Dataset entries
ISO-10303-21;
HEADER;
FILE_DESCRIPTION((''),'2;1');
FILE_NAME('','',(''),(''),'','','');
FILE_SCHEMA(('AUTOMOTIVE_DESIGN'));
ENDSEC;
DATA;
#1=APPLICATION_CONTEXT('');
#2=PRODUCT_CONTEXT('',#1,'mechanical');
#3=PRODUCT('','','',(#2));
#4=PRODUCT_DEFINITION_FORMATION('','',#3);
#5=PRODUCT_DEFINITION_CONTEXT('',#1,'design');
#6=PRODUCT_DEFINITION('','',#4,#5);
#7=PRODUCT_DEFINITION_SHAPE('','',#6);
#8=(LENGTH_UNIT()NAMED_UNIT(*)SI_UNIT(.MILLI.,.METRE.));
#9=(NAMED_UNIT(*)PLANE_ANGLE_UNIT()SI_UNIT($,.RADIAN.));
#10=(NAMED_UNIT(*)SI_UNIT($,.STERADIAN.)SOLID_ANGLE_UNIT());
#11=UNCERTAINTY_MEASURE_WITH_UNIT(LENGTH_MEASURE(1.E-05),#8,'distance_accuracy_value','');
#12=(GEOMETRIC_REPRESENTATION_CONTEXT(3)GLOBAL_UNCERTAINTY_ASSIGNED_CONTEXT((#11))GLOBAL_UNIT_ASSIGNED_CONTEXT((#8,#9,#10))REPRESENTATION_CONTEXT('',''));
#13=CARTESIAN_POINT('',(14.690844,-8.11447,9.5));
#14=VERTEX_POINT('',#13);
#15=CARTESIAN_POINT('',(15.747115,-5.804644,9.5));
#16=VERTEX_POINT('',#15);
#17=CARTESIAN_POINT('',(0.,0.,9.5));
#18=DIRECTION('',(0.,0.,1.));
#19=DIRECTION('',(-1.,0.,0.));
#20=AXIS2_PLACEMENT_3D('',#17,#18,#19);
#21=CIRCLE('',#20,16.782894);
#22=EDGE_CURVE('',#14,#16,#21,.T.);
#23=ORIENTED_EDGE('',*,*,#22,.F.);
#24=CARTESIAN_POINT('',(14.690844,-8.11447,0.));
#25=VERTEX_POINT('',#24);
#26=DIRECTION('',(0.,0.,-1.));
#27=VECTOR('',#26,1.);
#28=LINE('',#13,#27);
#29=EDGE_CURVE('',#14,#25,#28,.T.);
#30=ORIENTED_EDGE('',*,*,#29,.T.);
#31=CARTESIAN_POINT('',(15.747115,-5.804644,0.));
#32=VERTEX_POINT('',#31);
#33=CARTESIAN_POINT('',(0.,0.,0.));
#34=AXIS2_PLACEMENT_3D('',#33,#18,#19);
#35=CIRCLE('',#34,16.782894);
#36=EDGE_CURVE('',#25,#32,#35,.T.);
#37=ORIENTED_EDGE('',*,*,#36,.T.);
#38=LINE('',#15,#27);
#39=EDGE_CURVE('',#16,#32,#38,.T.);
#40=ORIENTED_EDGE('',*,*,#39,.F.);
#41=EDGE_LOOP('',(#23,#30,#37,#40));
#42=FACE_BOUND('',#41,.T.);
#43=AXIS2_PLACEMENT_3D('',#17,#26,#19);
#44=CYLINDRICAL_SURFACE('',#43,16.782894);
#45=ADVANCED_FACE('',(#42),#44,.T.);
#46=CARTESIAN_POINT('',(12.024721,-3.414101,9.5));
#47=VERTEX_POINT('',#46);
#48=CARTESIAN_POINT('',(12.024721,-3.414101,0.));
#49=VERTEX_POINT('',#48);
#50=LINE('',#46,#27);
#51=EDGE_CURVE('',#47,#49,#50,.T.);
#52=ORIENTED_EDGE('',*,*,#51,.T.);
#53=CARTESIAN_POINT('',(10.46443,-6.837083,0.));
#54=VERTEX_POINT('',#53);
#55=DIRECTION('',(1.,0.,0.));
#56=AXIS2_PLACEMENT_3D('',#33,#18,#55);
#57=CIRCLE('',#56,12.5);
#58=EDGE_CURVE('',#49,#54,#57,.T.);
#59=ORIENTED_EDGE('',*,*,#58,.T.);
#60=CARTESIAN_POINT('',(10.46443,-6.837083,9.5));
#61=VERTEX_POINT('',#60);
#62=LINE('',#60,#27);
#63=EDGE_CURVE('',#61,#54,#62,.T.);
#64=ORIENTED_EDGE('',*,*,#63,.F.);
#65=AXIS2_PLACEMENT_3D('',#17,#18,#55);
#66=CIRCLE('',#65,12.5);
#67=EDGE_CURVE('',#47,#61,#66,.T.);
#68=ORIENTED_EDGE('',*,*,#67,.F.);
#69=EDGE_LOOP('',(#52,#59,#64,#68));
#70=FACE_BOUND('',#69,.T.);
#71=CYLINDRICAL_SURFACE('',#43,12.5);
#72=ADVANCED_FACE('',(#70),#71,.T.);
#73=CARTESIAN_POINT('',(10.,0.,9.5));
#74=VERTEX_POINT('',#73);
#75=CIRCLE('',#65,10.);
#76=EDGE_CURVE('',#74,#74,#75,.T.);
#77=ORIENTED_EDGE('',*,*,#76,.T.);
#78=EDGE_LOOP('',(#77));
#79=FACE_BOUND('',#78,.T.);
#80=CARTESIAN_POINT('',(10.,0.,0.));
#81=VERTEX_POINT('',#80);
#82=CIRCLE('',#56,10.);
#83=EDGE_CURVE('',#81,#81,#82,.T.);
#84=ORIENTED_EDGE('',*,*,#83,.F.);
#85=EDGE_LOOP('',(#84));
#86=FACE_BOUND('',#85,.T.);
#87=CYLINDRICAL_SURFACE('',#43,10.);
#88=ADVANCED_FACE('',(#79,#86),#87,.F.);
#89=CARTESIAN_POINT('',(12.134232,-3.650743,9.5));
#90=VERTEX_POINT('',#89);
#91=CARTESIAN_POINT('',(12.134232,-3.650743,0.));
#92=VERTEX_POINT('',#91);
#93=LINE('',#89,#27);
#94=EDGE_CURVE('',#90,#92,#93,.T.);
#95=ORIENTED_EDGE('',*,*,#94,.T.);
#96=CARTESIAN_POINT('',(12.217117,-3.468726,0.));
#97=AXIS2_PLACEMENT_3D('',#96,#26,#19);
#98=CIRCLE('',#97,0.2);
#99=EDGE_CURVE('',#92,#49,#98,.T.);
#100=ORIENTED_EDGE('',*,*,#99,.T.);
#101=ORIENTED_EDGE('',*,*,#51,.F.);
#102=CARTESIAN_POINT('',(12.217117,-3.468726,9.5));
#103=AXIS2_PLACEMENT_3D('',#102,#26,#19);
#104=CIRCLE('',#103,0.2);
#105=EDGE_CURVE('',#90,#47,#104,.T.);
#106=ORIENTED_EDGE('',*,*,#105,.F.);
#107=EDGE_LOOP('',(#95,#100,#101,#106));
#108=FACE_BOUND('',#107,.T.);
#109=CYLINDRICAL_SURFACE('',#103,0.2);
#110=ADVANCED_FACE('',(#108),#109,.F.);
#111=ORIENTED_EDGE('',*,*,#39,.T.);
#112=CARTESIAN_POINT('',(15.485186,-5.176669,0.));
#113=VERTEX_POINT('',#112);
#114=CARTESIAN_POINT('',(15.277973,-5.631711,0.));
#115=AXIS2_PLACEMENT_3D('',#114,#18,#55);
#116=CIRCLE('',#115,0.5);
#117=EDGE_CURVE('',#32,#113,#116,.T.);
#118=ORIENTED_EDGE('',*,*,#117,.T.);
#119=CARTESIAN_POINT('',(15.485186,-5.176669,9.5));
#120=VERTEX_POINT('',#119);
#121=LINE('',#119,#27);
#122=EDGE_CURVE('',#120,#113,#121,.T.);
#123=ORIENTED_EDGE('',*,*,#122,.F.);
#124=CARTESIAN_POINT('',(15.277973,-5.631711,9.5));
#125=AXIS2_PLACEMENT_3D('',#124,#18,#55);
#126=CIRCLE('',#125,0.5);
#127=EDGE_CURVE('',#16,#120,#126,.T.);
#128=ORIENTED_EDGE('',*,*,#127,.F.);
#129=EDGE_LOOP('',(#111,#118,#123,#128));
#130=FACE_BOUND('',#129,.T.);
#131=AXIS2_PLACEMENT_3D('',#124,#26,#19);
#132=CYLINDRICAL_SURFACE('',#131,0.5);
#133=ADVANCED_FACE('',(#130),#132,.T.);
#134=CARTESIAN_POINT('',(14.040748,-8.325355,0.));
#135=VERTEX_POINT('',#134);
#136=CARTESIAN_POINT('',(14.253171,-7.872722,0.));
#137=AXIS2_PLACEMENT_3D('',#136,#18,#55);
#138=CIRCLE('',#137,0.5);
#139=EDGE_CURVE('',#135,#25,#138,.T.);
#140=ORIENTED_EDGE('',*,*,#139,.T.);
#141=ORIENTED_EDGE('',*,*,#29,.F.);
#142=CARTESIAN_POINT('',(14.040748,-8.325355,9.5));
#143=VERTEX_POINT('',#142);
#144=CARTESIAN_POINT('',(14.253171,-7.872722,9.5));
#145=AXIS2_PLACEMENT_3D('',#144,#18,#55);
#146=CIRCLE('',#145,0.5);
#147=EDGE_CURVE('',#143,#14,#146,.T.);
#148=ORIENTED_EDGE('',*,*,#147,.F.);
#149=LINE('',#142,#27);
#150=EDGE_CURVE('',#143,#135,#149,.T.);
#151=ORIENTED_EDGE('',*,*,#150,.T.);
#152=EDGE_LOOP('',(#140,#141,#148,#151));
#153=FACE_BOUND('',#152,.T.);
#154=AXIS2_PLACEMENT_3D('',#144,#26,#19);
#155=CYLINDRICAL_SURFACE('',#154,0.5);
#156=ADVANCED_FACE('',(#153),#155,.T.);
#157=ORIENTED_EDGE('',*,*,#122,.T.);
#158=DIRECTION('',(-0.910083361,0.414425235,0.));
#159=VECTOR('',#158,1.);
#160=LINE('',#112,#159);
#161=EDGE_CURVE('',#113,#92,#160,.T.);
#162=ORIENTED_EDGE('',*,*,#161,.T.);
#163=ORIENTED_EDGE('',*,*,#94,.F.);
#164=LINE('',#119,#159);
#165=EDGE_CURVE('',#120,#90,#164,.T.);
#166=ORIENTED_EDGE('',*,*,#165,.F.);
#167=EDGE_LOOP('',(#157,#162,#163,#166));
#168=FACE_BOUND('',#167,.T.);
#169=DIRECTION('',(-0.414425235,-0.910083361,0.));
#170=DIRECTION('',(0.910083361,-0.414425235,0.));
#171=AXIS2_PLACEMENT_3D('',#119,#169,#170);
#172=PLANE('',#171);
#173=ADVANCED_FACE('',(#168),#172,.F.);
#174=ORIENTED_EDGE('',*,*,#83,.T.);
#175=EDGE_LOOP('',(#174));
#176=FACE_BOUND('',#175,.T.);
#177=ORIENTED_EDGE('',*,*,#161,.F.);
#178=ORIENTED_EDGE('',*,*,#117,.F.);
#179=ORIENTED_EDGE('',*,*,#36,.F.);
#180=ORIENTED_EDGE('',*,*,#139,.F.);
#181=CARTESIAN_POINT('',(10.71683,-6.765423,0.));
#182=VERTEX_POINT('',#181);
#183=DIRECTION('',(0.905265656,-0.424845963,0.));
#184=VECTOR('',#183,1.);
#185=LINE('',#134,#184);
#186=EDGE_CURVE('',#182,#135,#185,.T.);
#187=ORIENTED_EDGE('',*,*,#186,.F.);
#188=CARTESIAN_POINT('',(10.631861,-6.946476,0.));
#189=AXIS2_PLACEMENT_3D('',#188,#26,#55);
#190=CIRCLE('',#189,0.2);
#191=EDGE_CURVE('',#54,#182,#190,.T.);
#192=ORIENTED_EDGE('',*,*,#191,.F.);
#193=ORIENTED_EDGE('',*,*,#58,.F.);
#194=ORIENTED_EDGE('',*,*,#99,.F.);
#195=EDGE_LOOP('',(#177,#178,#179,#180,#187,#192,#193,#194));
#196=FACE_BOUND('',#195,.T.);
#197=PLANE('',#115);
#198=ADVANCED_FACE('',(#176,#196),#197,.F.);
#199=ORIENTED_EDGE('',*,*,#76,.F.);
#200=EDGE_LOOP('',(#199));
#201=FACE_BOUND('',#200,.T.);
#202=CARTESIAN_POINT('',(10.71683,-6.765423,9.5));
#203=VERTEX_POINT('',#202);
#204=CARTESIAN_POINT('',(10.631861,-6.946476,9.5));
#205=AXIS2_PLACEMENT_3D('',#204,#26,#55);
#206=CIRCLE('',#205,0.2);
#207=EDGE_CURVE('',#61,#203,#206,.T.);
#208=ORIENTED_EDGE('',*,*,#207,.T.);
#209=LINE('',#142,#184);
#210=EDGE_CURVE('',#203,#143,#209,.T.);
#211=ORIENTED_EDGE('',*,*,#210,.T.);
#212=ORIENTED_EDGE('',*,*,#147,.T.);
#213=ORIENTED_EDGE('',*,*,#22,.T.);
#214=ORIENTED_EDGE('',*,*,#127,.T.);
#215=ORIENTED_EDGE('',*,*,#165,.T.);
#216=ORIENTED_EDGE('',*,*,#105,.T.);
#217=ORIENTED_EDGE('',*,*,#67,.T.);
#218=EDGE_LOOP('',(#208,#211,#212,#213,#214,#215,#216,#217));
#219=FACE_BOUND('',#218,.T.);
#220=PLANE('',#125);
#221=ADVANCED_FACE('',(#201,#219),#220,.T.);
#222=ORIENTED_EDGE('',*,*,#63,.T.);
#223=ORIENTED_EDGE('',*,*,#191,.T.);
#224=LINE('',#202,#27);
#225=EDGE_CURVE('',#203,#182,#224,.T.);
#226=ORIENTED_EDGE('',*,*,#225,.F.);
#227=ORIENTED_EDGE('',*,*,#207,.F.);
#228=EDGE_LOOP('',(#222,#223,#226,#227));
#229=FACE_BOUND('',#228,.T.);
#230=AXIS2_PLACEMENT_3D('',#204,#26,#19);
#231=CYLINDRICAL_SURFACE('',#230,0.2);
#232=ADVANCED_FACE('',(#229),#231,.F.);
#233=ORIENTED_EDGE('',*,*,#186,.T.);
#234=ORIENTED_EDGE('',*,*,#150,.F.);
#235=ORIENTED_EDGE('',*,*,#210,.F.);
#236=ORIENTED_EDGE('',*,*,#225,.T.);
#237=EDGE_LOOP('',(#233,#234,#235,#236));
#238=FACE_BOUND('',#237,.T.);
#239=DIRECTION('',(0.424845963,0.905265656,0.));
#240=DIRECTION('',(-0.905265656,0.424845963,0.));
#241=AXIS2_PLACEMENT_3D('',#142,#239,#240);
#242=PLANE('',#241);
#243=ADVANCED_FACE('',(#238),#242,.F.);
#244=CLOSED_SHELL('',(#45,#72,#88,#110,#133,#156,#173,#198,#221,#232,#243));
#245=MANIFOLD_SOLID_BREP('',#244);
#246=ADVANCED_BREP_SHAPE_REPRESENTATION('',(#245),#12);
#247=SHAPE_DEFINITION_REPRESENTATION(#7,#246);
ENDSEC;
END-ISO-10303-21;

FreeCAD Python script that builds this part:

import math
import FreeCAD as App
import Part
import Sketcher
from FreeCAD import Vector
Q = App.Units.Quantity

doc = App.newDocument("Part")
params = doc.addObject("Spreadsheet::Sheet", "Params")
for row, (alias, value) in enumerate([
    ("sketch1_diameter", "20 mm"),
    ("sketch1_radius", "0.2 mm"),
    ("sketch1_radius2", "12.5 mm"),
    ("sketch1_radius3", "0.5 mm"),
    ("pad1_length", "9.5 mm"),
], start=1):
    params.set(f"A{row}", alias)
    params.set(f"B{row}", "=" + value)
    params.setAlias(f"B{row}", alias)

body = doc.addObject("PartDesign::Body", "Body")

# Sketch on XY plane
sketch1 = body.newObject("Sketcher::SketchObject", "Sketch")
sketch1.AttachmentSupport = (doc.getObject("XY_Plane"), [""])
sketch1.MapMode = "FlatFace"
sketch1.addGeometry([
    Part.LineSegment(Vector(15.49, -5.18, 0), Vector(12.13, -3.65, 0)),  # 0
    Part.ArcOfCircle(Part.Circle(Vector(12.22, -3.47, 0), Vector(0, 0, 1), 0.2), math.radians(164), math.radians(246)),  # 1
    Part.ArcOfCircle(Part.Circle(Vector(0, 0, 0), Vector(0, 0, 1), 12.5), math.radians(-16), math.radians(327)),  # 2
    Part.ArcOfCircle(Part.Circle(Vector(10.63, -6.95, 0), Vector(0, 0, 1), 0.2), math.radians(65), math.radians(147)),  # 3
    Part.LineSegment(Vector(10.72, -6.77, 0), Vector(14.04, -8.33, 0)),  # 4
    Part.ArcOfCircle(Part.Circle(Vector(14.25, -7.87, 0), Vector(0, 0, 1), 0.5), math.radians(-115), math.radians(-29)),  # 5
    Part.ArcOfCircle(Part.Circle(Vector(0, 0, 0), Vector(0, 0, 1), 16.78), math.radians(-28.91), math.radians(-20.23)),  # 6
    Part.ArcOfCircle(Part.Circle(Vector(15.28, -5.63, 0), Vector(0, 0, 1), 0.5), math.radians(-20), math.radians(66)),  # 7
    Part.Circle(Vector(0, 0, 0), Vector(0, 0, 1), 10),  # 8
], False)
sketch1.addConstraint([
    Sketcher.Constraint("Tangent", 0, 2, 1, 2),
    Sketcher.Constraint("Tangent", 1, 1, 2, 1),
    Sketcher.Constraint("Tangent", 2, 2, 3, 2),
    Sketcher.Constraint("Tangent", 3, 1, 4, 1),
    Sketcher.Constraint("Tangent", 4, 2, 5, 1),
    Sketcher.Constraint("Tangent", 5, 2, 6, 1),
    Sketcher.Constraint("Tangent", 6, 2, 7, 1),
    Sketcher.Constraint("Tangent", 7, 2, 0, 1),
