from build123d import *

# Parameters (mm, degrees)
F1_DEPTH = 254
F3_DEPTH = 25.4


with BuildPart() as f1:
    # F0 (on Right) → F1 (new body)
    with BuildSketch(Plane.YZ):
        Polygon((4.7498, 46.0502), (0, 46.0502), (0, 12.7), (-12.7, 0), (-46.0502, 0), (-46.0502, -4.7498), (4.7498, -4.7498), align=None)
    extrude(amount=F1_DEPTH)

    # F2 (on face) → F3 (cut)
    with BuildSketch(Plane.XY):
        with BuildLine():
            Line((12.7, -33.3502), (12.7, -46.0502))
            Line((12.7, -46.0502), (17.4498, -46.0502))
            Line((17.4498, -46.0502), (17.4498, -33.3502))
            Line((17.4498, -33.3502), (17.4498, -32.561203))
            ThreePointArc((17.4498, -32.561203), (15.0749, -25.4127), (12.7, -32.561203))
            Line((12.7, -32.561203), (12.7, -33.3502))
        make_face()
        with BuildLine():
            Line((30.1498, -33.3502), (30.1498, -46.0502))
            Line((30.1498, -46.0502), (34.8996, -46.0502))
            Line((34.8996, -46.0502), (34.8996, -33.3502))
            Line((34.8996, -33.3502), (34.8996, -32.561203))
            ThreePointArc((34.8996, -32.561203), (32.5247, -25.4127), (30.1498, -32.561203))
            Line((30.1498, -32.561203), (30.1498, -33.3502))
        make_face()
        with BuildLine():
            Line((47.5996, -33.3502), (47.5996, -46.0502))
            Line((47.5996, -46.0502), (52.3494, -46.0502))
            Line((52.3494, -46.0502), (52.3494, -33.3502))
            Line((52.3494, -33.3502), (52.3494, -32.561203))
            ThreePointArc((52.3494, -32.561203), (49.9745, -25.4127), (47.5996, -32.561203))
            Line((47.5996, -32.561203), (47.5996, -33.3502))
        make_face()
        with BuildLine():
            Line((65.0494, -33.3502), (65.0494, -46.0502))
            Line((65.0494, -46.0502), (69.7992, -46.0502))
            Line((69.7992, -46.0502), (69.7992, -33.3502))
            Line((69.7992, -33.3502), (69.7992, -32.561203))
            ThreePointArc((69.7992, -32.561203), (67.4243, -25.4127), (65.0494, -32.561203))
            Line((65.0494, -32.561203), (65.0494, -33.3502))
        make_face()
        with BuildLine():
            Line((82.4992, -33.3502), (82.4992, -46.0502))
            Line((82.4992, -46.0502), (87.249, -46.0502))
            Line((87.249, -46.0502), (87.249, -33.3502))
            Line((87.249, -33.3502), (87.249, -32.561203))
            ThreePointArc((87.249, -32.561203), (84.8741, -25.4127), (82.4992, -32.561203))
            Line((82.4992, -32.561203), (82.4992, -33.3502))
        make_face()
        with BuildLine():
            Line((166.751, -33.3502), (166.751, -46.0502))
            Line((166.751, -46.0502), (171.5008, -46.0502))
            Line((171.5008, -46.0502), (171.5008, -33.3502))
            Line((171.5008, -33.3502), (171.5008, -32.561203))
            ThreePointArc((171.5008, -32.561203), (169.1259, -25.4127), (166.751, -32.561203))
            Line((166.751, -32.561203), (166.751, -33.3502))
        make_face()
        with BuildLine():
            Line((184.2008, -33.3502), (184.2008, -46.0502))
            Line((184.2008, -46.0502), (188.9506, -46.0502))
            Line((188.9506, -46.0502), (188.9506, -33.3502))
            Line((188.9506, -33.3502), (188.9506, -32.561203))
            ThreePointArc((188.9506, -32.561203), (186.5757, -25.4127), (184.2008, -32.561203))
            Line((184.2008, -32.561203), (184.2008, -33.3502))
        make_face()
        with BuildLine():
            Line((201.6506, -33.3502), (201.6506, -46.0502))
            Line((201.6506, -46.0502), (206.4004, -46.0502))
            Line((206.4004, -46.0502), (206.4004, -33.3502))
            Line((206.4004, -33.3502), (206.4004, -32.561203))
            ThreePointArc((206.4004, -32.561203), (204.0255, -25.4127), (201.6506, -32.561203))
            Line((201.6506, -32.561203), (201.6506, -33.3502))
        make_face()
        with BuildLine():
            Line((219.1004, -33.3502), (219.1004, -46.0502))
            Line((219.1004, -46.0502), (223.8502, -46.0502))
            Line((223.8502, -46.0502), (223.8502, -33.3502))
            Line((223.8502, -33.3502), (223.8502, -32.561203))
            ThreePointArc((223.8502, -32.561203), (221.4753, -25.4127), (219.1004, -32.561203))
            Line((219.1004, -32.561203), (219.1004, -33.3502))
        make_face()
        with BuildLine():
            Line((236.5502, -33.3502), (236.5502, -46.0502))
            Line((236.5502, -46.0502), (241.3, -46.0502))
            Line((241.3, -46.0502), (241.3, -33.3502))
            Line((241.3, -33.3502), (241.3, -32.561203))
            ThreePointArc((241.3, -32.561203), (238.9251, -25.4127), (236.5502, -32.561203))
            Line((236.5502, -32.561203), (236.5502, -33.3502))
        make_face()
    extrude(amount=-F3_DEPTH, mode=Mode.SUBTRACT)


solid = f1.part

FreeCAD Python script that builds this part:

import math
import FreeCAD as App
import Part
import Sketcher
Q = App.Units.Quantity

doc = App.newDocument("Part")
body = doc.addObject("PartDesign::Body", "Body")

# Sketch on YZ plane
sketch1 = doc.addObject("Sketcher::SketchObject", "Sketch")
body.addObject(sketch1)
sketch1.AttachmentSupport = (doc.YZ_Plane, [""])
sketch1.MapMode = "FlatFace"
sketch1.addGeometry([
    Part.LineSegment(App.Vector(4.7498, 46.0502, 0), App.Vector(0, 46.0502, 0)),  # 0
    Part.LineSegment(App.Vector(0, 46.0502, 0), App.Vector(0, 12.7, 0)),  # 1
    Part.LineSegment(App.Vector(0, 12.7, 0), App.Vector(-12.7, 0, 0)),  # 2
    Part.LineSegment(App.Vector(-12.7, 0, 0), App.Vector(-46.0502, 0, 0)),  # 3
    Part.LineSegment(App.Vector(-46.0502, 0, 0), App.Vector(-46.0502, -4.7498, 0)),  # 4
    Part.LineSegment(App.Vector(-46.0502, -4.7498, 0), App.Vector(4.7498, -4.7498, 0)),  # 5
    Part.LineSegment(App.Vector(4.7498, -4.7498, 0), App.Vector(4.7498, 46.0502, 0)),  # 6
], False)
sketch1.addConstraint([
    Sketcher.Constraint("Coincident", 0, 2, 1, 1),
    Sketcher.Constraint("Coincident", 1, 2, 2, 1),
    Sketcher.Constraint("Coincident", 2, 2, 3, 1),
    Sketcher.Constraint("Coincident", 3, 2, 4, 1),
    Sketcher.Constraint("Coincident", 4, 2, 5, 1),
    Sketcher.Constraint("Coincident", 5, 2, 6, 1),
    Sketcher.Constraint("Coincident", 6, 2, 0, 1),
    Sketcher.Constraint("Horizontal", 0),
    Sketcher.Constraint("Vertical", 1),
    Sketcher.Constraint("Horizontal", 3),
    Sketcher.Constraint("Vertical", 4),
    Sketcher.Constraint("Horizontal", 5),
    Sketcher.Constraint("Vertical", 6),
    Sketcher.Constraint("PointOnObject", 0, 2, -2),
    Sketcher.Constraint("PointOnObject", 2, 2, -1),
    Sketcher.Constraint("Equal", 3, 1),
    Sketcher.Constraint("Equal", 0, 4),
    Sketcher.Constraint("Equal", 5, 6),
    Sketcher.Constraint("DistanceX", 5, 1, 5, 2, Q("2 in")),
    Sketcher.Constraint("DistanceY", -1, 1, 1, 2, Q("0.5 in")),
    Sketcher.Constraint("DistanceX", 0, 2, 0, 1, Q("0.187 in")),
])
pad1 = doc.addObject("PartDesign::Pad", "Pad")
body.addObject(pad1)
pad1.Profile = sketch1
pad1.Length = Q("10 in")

▶ **WHAT IS EXPECTED**
Taking the entries above, restate exactly those lines that fall between the line with "#100=ORIENTED_EDGE('',*,*,#99,.T.);" and the line with "#121=LINE('',#119,#27);", keeping both of those lines too.

▶ **FINAL ANSWER**
#100=ORIENTED_EDGE('',*,*,#99,.T.);
#101=ORIENTED_EDGE('',*,*,#51,.F.);
#102=CARTESIAN_POINT('',(12.217117,-3.468726,9.5));
#103=AXIS2_PLACEMENT_3D('',#102,#26,#19);
#104=CIRCLE('',#103,0.2);
#105=EDGE_CURVE('',#90,#47,#104,.T.);
#106=ORIENTED_EDGE('',*,*,#105,.F.);
#107=EDGE_LOOP('',(#95,#100,#101,#106));
#108=FACE_BOUND('',#107,.T.);
#109=CYLINDRICAL_SURFACE('',#103,0.2);
#110=ADVANCED_FACE('',(#108),#109,.F.);
#111=ORIENTED_EDGE('',*,*,#39,.T.);
#112=CARTESIAN_POINT('',(15.485186,-5.176669,0.));
#113=VERTEX_POINT('',#112);
#114=CARTESIAN_POINT('',(15.277973,-5.631711,0.));
#115=AXIS2_PLACEMENT_3D('',#114,#18,#55);
#116=CIRCLE('',#115,0.5);
#117=EDGE_CURVE('',#32,#113,#116,.T.);
#118=ORIENTED_EDGE('',*,*,#117,.T.);
#119=CARTESIAN_POINT('',(15.485186,-5.176669,9.5));
#120=VERTEX_POINT('',#119);
#121=LINE('',#119,#27);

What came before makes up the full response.